A traveller, who looks permanently

the other way, cannot see the hanging

on a nearby hill and is about to step

on the first, cracked stone of a footbridge.

A journey is the oldest metaphor,

next to God. Christ, enthroned, transforms the lucent

angels, falling, into winged plagues.

And the next metaphor. Hell’s ceaseless,

all accommodating horrors are almost

more than image. Before God, the sculpting

of fear in black angles of forest, fear’s

picture in another’s eyes – before God,

a sensing of evil.

© Copyright David Selzer
2 Responses
  • David Cracknell
    December 27, 2011

    Thanks for the continuing flow of words and images and ideas.
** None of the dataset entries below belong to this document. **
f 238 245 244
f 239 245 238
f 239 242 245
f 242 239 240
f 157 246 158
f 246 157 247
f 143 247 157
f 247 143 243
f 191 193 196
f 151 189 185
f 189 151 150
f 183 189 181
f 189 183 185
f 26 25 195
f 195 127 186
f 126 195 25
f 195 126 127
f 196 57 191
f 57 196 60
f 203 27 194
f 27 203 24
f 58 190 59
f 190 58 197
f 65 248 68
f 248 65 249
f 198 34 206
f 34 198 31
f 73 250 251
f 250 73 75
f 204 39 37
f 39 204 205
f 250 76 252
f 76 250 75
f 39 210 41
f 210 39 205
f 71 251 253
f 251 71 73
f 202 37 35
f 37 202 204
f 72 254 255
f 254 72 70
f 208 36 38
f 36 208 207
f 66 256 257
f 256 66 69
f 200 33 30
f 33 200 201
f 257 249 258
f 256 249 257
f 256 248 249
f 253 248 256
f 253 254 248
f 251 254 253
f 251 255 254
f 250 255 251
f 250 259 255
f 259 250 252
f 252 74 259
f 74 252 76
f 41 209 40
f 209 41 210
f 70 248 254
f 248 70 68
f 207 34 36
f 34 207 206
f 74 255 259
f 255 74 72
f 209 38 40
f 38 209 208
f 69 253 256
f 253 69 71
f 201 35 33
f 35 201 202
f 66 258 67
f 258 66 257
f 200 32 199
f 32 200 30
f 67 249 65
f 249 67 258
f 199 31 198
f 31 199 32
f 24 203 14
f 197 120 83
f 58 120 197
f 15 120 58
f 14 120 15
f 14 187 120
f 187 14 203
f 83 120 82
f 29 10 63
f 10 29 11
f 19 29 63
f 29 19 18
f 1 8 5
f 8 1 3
I do like your “Bosch turn” which took me to paintings I knew and others that I did not. Bridging 500 years is a creative contribution in itself – much appreciated. I thought maybe the latest Hieronymous Bosch focus surfaced in “Lament for Bersham Iron Works” – – the second half of which seethes with fascinations and ambiguous rejections – somewhere Bosch might have been drawn to Wrexham with its spectres of hammers and flames….

  • David Selzer
    December 28, 2011

    Bosch and Bersham! I like the connection not least because the Bersham poem – was written last year and the Bosch pieces, though distilled a little this year, were originally written in 1973.